There are several API difference between this class and the standard API for underlying sources implemented in JS:
-
JS underlying sources can be either byte sources or non-byte sources. External underlying source are always byte sources.
-
The C++ API does not bother with controller objects. Instead of using controller methods, the underlying source directly calls API functions like JS::ReadableStream{UpdateDataAvailableFromSource,Close,Error}.
-
External readable streams are optimized to allow the embedding to interact with them with a minimum of overhead: chunks aren’t enqueued as individual typed arrays; instead, the embedding only updates the amount of data available using JS::ReadableStreamUpdateDataAvailableFromSource. When JS requests data from a reader, writeIntoReadRequestBuffer is invoked, asking the embedding to write data directly into the buffer we’re about to hand to JS.
-
The C++ API provides extra callbacks onClosed() and onErrored().
-
This class has a
finalize()
method, because C++ cares about lifetimes.

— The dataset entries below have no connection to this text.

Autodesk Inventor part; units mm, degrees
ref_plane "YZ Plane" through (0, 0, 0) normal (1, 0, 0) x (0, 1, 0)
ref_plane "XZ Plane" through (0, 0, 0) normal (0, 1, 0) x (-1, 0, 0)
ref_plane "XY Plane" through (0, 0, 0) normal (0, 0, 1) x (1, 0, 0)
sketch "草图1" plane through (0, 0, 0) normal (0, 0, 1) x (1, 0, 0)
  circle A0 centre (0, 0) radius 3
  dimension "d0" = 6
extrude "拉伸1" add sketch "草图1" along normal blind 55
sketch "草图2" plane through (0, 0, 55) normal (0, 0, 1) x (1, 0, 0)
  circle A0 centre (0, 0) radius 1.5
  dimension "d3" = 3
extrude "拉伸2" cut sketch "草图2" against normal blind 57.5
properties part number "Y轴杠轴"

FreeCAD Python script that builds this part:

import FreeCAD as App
import Part
import Sketcher

V = App.Vector
Q = App.Units.Quantity

doc = App.newDocument("Part")
body = doc.addObject("PartDesign::Body", "Body")

# Sketch on XY plane
sketch1 = body.newObject("Sketcher::SketchObject", "Sketch")
sketch1.AttachmentSupport = (doc.getObject("XY_Plane"), [""])
sketch1.MapMode = "FlatFace"
sketch1.addGeometry(Part.Circle(V(0, 0, 0), V(0, 0, 1), 3), False)
sketch1.addConstraint(Sketcher.Constraint("Coincident", 0, 3, -1, 1))
sketch1.addConstraint(Sketcher.Constraint("Diameter", 0, Q("6 mm")))
pad1 = body.newObject("PartDesign::Pad", "Pad")
pad1.Profile = sketch1
pad1.Length = 55

# Sketch on XY plane
sketch2 = body.newObject("Sketcher::SketchObject", "Sketch001")
sketch2.AttachmentSupport = (doc.getObject("XY_Plane"), [""])
sketch2.MapMode = "FlatFace"
sketch2.AttachmentOffset = App.Placement(V(0, 0, 55), App.Rotation())
sketch2.addGeometry(Part.Circle(V(0, 0, 0), V(0, 0, 1), 1.5), False)
sketch2.addConstraint(Sketcher.Constraint("Coincident", 0, 3, -1, 1))
sketch2.addConstraint(Sketcher.Constraint("Diameter", 0, Q("3 mm")))
pocket1 = body.newObject("PartDesign::Pocket", "Pocket")
pocket1.Profile = sketch2
pocket1.Length = 57.5

doc.recompute()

Additionally, ReadableStreamGetExternalUnderlyingSource can be used to get the pointer to the underlying source. This locks the stream until it is released again using JS::ReadableStreamReleaseExternalUnderlyingSource.
Embeddings can use this to optimize away the JS ReadableStream
overhead
when an embedding-defined C++ stream is passed to an embedding-defined C++
consumer. For example, consider a ServiceWorker piping a fetch
Response
body to a TextDecoder. Instead of copying chunks of data into JS typed array
buffers and creating a Promise per chunk, only to immediately resolve the
Promises and read the data out again, the embedding can directly feed the
incoming data to the TextDecoder.
Compartment safety: All methods (except finalize
) receive cx
and
stream
arguments. SpiderMonkey enters the realm of the stream object
before invoking these methods, so stream
is never a wrapper. Other
arguments may be wrappers.
Fields§
§vtable_: *const ReadableStreamUnderlyingSource__bindgen_vtable
Trait Implementations§
source§impl PartialEq<ReadableStreamUnderlyingSource> for ReadableStreamUnderlyingSource
impl PartialEq<ReadableStreamUnderlyingSource> for ReadableStreamUnderlyingSource
source§fn eq(&self, other: &ReadableStreamUnderlyingSource) -> bool
fn eq(&self, other: &ReadableStreamUnderlyingSource) -> bool
self
and other
values to be equal, and is used
by ==
.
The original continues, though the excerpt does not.